In questa parte del racconto, il significato sotteso - oltre a quello del non sprecare la grazia di Dio - è anche l'invito alla moderazione non solo nel consumo dei beni, ma anche nell'attaccamento a essi. La storia, però, non finisce qui di portare l'attenzione sul concetto di "sperpero". Al contrario, in essa si ritrova lo spreco nella duplice accezione: negativa, nello scialacquamento delle sostanze da parte del figlio minore, positiva, nella prodigalità della misericordia a opera del padre. Una prodigalità che abbraccia non soltanto il figlio rientrato a casa, ma anche quello che, pur essendo rimasto sempre "dentro" non aveva compreso né la dimensione dell'amore, né quella della famiglia. L'amore e la misericordia non sono mai una perdita di risorse o di tempo e neppure uno svilimento di se stessi, al contrario, diventano una ricchezza per chi le dona e per colui che le riceve.

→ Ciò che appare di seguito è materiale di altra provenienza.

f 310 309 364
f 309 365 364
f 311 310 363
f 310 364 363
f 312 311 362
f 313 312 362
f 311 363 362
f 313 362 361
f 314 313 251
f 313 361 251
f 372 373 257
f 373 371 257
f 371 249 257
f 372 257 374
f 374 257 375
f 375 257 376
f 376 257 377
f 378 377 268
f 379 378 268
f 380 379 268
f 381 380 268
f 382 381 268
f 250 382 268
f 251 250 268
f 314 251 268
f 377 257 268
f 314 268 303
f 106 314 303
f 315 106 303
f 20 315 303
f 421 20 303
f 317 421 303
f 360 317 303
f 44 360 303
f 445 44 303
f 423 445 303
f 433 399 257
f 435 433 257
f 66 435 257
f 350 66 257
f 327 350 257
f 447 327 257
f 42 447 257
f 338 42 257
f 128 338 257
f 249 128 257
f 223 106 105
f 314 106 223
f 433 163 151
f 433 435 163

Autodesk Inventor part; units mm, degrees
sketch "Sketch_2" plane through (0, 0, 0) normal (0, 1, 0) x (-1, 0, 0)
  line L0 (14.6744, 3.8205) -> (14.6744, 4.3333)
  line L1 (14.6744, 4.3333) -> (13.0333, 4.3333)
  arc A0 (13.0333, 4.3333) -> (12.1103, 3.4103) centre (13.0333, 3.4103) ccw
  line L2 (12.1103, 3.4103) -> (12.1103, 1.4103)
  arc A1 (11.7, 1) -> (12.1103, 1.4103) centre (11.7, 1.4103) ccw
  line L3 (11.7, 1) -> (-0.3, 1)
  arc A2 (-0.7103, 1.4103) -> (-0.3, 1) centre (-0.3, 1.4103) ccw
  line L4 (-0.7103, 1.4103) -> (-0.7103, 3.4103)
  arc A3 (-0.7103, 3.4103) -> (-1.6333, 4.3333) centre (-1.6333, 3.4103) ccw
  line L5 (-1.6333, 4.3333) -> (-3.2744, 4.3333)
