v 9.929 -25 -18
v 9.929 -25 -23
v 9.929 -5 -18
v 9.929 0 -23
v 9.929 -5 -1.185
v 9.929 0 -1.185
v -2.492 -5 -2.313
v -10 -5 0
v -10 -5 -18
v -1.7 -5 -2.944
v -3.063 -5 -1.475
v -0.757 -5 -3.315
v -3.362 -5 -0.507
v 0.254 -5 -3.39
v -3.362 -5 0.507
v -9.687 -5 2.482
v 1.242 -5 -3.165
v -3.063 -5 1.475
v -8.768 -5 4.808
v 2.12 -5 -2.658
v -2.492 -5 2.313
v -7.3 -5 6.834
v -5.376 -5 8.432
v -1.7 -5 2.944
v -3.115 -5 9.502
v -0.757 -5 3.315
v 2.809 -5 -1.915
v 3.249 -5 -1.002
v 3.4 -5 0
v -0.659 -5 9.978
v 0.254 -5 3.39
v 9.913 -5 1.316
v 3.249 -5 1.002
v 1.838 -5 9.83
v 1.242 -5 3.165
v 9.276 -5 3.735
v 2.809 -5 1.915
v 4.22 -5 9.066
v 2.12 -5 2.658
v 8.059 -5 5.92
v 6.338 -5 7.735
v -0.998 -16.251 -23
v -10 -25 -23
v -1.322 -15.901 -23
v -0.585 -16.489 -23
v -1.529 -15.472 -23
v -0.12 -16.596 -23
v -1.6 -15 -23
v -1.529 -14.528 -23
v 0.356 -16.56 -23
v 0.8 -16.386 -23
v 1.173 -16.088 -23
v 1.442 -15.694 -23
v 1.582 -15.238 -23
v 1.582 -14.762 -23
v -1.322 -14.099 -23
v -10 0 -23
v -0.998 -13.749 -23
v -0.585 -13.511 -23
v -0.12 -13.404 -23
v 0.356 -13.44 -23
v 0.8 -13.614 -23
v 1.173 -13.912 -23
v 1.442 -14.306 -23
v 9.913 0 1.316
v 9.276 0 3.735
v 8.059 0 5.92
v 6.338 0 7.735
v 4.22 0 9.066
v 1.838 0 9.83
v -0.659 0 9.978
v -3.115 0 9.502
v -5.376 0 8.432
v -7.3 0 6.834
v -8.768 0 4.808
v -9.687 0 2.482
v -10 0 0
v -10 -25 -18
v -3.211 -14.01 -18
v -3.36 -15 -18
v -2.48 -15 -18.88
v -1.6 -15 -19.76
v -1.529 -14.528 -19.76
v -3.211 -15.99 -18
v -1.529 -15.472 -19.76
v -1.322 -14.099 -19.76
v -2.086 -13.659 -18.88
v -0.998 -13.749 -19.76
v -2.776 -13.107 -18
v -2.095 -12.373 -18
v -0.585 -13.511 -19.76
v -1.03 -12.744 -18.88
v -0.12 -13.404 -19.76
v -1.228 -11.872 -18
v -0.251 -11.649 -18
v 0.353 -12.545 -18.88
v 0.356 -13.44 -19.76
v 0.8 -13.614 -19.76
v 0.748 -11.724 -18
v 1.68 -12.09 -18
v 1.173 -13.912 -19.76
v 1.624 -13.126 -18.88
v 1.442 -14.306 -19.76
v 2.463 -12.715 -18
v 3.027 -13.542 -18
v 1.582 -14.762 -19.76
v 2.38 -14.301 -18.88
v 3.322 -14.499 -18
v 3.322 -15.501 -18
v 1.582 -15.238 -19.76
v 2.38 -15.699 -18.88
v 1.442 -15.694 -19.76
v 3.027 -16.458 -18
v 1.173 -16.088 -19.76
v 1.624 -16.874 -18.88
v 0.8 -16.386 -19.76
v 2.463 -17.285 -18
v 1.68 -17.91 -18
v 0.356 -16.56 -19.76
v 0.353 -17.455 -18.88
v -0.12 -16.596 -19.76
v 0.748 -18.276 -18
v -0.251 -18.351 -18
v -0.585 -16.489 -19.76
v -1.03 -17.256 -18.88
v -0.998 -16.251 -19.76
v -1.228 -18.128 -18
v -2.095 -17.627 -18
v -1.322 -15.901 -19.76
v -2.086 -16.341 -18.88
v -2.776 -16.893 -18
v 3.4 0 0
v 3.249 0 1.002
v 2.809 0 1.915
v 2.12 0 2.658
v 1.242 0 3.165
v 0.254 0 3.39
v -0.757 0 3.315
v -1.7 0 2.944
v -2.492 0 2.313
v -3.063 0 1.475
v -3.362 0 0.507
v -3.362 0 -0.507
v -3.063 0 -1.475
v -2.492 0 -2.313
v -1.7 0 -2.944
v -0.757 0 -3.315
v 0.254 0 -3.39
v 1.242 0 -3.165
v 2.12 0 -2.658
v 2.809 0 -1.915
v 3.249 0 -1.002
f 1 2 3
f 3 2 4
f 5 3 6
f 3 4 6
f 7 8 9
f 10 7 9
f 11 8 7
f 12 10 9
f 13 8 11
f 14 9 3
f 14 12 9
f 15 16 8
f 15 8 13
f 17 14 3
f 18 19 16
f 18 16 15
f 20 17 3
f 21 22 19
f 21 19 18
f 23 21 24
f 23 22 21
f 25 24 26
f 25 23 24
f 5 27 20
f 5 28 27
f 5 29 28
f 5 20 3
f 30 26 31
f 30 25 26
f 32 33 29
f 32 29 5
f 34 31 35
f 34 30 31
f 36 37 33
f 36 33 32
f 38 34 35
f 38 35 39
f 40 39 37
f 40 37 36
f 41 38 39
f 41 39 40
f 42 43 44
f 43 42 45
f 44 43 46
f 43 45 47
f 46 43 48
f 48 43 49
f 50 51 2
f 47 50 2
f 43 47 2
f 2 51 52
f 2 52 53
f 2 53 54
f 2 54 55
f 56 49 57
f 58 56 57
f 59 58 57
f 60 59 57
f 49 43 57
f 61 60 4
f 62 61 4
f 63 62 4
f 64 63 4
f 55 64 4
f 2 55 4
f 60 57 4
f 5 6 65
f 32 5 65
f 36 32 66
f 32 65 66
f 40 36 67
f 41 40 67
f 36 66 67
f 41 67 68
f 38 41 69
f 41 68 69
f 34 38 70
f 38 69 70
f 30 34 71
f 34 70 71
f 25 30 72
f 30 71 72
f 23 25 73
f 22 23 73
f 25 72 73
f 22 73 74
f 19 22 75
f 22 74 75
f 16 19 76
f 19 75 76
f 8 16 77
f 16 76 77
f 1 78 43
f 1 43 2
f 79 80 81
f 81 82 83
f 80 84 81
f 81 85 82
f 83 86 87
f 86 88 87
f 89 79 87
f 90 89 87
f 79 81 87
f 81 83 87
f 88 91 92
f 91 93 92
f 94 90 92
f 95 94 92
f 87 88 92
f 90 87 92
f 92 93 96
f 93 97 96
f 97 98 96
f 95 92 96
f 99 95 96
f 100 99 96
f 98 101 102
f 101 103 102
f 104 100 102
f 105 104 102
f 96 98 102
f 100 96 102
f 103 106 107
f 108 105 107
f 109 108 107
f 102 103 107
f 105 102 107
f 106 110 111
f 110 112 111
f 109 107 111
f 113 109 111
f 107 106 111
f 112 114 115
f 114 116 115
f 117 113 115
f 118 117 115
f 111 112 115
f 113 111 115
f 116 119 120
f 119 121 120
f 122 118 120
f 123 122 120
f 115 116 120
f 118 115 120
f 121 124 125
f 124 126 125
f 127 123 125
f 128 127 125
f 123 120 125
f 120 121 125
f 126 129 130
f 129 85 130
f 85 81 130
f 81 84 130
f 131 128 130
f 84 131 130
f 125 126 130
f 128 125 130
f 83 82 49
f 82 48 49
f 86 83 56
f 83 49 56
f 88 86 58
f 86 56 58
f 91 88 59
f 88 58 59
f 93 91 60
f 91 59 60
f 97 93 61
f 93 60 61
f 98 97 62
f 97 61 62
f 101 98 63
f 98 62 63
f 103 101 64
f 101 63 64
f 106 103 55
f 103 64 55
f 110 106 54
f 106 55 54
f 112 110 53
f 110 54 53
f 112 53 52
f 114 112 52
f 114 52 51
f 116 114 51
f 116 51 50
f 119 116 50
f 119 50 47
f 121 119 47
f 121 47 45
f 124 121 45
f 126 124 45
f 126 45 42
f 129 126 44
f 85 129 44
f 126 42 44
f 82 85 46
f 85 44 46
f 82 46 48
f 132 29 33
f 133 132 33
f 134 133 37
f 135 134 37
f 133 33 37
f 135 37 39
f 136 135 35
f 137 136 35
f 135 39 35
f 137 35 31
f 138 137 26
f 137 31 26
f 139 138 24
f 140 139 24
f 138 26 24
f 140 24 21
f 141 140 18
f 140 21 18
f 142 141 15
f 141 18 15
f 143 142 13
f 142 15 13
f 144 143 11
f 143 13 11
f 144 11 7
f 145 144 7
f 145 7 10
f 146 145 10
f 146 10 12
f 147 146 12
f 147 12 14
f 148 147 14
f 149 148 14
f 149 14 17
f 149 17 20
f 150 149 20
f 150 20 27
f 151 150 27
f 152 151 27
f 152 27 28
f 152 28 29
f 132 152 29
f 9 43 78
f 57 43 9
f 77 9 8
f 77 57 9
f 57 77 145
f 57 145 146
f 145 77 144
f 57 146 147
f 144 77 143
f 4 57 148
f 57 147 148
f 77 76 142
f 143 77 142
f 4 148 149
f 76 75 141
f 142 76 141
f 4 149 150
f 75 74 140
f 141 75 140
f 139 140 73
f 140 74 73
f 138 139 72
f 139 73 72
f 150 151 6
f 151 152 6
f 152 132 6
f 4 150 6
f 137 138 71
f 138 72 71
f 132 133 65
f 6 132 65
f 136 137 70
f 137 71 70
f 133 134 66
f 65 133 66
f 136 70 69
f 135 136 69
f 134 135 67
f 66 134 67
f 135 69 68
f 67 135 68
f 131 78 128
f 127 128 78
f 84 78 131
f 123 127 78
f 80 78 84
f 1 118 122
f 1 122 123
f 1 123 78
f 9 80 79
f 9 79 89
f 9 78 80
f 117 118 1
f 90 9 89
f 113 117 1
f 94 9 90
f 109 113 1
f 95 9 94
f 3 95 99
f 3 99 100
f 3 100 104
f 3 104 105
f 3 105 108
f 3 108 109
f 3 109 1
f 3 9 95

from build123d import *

# Parameters (mm, degrees)
F1_DEPTH       = 5
F2_W           = 19.9294948324
F2_H           = 5
F3_DEPTH       = 20
F5_D           = 6.8
F7_D           = 3.2
F7_CSINK_D     = 6.72
F7_CSINK_ANGLE = 90


with BuildPart() as f1:
    # F0 (on Front) → F1 (new body)
    with BuildSketch(Plane.XZ):
        with BuildLine():
            Line((9.9294948324, -23), (9.9294948324, -1.1853827958))
            ThreePointArc((9.9294948324, -1.1853827958), (0.5937388633, 9.9823581464), (-10, 0))
            Line((-10, 0), (-10, -23))
            Line((-10, -23), (9.9294948324, -23))
        make_face()
    extrude(amount=F1_DEPTH)

    # F2 (on face) → F3 (join)
    with BuildSketch(Plane.XZ.offset(5)):
        with Locations((-0.0352525838, -20.5)):
            Rectangle(F2_W, F2_H)
    extrude(amount=F3_DEPTH)

    # F5 (through all)
    with Locations(Plane(origin=(0, 0, 0), x_dir=(-1, 0, 0), z_dir=(0, 1, 0))):
        with Locations((0, 0)):
            Hole(F5_D / 2)

    # F7 (through all)
    with Locations(Plane.XY.offset(-18)):
        with Locations((0, -15)):
            CounterSinkHole(F7_D / 2, F7_CSINK_D / 2, counter_sink_angle=F7_CSINK_ANGLE)


solid = f1.part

f) Non "sprecare" le persone

L'amore è, nel Vangelo, la moneta con cui salvare le anime, strappandole al male che alberga in esse e fuori di esse. "Sprecando" amore l'uomo cerca di collaborare alla missione di Gesù di non "perdere" le persone, ma di avvicinarle a Dio e, dunque, di condurle alla salvezza. 

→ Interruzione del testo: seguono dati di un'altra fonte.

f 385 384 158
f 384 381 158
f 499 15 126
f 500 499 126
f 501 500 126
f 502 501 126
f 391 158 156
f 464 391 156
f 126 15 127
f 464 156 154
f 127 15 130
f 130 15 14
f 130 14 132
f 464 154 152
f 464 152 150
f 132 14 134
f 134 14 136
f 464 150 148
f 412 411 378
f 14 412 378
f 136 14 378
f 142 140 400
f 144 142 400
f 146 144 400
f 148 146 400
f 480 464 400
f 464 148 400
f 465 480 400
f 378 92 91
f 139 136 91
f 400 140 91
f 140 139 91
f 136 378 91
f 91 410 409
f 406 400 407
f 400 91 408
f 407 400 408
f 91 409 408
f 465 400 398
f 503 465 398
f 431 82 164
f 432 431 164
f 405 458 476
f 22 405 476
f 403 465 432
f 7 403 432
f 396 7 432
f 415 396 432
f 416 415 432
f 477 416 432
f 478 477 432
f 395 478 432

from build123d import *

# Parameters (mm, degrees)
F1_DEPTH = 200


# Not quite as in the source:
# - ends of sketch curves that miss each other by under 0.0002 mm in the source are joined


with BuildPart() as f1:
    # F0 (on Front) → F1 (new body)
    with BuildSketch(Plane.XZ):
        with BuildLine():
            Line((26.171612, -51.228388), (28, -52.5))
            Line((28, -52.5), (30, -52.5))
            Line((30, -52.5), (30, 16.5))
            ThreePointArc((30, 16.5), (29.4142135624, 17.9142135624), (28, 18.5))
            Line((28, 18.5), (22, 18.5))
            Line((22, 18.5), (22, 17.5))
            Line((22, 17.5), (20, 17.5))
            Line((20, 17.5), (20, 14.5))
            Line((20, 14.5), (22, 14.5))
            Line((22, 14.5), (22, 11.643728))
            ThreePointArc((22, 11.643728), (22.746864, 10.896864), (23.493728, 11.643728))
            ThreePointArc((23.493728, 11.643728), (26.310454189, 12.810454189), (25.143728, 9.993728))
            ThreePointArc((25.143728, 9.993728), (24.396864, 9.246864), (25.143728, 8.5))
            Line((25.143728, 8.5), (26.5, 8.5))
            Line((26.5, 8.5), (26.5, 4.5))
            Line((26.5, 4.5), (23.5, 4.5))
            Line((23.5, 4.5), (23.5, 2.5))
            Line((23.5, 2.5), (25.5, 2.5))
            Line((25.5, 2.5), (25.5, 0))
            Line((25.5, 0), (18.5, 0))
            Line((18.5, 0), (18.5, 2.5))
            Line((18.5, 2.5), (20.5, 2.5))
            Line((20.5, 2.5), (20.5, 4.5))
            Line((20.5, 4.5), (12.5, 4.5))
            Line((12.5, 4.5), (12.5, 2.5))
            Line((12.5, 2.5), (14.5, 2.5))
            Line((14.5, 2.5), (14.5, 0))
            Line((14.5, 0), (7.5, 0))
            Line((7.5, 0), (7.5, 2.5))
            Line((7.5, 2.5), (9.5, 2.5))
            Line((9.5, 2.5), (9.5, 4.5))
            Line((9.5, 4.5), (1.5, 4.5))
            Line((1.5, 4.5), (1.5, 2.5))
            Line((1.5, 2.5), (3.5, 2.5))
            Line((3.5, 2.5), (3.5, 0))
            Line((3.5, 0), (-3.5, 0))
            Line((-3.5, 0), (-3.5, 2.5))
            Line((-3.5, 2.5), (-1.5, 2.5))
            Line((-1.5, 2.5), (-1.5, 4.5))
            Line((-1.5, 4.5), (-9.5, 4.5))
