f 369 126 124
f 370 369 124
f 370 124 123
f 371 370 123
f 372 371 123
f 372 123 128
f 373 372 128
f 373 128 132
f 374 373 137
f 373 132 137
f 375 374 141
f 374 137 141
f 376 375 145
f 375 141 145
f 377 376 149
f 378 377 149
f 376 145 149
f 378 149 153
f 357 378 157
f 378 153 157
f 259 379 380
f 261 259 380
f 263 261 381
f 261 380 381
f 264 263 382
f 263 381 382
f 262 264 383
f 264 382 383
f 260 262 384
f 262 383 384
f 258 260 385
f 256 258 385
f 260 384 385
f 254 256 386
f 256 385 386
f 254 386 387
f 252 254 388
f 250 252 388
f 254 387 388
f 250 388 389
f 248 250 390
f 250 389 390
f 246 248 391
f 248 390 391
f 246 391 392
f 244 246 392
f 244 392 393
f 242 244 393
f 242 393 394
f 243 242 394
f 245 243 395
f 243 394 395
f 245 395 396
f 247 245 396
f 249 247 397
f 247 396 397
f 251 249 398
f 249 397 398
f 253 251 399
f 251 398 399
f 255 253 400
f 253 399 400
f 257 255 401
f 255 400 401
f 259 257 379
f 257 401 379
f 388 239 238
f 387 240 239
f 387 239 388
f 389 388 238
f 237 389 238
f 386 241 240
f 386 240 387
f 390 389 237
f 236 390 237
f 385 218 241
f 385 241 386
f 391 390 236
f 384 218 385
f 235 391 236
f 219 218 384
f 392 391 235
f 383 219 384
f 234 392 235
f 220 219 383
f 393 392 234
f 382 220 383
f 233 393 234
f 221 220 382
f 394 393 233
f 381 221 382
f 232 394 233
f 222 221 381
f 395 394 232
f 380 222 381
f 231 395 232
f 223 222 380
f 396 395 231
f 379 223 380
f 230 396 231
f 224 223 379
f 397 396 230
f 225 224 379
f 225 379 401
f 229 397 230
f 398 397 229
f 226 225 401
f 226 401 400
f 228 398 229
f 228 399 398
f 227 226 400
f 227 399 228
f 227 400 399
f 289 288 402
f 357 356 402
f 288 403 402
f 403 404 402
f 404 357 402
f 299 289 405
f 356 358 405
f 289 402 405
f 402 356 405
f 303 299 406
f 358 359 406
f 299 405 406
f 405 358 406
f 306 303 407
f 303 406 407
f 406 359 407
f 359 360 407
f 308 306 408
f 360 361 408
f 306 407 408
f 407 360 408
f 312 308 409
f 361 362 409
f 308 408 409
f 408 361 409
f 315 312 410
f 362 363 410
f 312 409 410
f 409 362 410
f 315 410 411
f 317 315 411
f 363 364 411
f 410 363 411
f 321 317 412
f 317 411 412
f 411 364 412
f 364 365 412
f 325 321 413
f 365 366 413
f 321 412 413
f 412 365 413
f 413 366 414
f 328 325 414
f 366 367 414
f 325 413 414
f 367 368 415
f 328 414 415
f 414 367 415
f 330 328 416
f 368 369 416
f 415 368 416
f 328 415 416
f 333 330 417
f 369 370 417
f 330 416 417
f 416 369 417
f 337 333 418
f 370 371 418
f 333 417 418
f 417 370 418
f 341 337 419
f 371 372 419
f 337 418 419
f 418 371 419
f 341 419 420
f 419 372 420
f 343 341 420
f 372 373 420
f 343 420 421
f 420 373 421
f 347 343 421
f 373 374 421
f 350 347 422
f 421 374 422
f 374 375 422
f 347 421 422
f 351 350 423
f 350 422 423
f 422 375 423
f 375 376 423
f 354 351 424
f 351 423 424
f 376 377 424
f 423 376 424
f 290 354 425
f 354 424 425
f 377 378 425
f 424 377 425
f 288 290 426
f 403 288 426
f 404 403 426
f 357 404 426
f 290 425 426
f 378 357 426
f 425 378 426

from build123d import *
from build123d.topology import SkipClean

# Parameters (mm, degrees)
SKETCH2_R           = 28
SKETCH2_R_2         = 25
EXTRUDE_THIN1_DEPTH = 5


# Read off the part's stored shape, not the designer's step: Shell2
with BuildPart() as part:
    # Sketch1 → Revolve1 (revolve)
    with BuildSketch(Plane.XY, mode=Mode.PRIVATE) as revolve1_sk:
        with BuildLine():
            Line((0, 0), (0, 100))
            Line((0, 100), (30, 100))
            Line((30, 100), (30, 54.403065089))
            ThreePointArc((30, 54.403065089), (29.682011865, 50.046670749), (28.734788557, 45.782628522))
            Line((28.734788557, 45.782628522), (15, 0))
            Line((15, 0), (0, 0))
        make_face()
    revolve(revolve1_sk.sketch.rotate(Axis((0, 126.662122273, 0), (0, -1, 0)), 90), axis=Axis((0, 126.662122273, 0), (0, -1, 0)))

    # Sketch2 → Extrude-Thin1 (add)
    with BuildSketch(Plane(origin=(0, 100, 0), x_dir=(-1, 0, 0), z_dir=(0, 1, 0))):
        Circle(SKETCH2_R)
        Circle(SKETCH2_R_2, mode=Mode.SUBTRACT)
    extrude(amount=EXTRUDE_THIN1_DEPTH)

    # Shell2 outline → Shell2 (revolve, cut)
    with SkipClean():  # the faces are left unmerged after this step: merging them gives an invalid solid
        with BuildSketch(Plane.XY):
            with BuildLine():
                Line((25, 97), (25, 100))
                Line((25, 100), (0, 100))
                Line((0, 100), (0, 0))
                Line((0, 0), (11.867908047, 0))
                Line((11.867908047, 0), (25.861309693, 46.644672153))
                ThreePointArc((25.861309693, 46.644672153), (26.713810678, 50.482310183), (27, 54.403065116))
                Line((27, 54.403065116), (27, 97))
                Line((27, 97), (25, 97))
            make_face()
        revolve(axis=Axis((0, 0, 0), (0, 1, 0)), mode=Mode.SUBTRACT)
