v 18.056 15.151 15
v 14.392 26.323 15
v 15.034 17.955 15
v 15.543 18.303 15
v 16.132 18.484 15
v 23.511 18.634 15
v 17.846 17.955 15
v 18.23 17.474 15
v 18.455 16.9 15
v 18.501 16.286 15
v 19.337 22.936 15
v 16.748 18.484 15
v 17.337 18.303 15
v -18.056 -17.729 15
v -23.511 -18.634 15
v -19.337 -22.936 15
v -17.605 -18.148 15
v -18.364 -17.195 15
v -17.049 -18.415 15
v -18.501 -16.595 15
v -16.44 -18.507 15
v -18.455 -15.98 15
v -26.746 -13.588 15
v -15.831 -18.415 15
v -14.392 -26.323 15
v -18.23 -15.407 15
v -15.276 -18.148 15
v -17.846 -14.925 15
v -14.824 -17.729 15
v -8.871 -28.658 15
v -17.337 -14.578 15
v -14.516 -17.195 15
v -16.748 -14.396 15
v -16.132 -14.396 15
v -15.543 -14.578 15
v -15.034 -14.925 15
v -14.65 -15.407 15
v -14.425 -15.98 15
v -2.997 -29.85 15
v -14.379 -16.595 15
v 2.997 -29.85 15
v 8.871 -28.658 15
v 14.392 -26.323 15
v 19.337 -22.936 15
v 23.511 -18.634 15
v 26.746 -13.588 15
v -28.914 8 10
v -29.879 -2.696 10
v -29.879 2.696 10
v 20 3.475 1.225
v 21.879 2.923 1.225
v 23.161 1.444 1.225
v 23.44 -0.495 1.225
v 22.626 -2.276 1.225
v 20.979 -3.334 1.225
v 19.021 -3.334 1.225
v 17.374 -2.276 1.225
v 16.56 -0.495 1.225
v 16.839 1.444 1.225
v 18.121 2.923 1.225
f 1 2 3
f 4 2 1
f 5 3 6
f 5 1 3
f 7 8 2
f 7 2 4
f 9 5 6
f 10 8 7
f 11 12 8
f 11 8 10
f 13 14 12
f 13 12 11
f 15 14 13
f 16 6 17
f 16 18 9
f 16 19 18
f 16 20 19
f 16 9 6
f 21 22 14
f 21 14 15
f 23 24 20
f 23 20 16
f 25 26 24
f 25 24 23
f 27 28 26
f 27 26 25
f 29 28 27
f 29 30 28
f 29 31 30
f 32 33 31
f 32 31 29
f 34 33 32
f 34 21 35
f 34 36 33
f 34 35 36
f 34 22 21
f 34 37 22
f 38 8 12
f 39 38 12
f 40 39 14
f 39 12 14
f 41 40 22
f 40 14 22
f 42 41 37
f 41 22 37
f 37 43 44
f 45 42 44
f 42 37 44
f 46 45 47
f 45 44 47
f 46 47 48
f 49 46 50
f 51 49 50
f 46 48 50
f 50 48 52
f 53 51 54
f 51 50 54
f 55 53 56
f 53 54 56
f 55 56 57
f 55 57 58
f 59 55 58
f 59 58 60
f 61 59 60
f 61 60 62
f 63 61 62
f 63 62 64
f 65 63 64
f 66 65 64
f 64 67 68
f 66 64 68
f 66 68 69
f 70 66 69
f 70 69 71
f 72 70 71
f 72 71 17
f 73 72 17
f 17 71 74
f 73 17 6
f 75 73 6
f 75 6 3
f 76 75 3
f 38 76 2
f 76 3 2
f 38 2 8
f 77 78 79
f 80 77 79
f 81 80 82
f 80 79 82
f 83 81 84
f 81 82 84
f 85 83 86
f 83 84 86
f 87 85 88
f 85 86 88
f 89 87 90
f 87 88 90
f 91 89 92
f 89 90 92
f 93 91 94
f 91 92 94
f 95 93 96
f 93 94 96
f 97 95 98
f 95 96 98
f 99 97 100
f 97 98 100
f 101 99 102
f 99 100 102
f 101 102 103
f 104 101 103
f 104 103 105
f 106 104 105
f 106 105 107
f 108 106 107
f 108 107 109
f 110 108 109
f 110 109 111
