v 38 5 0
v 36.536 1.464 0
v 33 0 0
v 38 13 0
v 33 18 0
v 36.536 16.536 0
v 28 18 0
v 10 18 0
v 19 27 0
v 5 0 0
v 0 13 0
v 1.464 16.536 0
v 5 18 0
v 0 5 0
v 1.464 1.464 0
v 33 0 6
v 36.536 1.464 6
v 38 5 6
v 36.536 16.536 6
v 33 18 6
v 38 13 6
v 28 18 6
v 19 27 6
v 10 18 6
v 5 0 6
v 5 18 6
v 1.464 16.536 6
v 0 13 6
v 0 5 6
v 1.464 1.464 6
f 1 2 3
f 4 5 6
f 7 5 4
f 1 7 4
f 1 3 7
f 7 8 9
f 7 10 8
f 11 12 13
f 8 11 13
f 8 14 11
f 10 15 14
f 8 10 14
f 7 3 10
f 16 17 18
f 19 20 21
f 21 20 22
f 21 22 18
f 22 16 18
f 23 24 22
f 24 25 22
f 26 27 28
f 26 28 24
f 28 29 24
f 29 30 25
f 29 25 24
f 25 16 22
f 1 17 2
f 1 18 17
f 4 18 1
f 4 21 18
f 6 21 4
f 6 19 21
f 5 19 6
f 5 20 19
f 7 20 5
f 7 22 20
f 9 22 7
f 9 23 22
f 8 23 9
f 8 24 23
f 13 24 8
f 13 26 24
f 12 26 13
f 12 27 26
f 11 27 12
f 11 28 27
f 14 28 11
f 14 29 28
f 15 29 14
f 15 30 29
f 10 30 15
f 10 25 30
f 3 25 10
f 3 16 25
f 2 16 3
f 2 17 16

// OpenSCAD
$fn = 32;

// ----------------------------------------------------------------------
// Ratchet pawl: 38 x 18 mm body, beak 9 mm сверху
// ----------------------------------------------------------------------

// --- parameters (mm) ---
profile_height = 6;       // extrusion height
profile_points = 15;      // points of the closed outline

profile = [[0, 5], [1.464, 1.464], [5, 0], [33, 0], [36.536, 1.464], [38, 5], [38, 13], [36.536, 16.536], [33, 18], [28, 18], [19, 27], [10, 18], [5, 18], [1.464, 16.536], [0, 13]];  // single closed polygon, 15 points, counter clockwise

// --- the one profile operation ---
linear_extrude(height = profile_height) polygon(points = profile);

Nell'ottica cristologica, il compito del Figlio è proprio questo: «Dio ha tanto amato il mondo da dare il Figlio unigenito, perché chiunque crede in lui non vada perduto, ma abbia la vita eterna. Dio, infatti, non ha mandato il Figlio nel mondo per condannare il mondo, ma perché il mondo sia salvato per mezzo di lui» (Gv 3,16-17).
Infatti, quando Cristo sarà arrestato, dirà: «"Se dunque cercate me, lasciate che questi se ne vadano"», perché si compisse la parola che egli aveva detto: "Non ho perduto nessuno di quelli che mi hai dato"» (Gv 18,8-9).
 
g) "Sprecare" per il Signore
 
È il caso che si verifica in Mt 26, 6-13, quando la Maddalena sparge sui piedi di Gesù un intero vasetto di preziosissimo unguento. Così prezioso (e costoso) da far gridare allo scandalo  i discepoli, stupiti dal gesto che, ai loro occhi, appare come uno sperpero inutile, in quanto «si poteva venderlo per molto denaro e darlo ai poveri!» (v. 9). La risposta di Cristo è altrettanto stupefacente: «Perché infastidite questa donna? Ella ha compiuto un'azione buona verso di me. I poveri infatti li avete sempre con voi, ma non sempre avete me» (vv. 10-11). Al di là del valore simbolico che Gesù attribuisce al gesto (con riferimento alla sua sepoltura) e oltre quello relativo alla necessità di evitare il pauperismo estremo nel culto, il concetto di "sprecare per" il Signore diventa un criterio di orientamento di tutta la vita cristiana. È solo a partire da questo donare tutto a Dio che diventa possibile donarsi agli altri, rendersi dunque disponibili al servizio, saper com-patire (soffrire con l'altro), essere generosi, vincere l'egoismo, l'avidità, il culto dell'io. 
 
Spreco vs generosità
 
L'opposto dello spreco non è - in termini simbolici - l'avarizia o la conservazione, ma la generosità. Chi è capace di digiunare da tutto ciò che è eccessivo o superfluo si rende capace di "dare": donare tempo a Dio, agli amici, alla famiglia, a chi è nel bisogno; donare uno sguardo di meraviglia e di rispetto al creato e a ciò che esso offre; donare parole di consolazione a chi soffre, e parole di gioia a chi è nella felicità; donare gesti di misericordia, perché Dio per primo è stato misericordioso con l'uomo, non badando a spese con lui, non disdegnando di "compromettersi" con lui... non rifiutando neppure di "sprecare" Se stesso sul legno della Croce.
 
 
NOTE
 
[1]Subito, in Enciclopedia Treccani on line.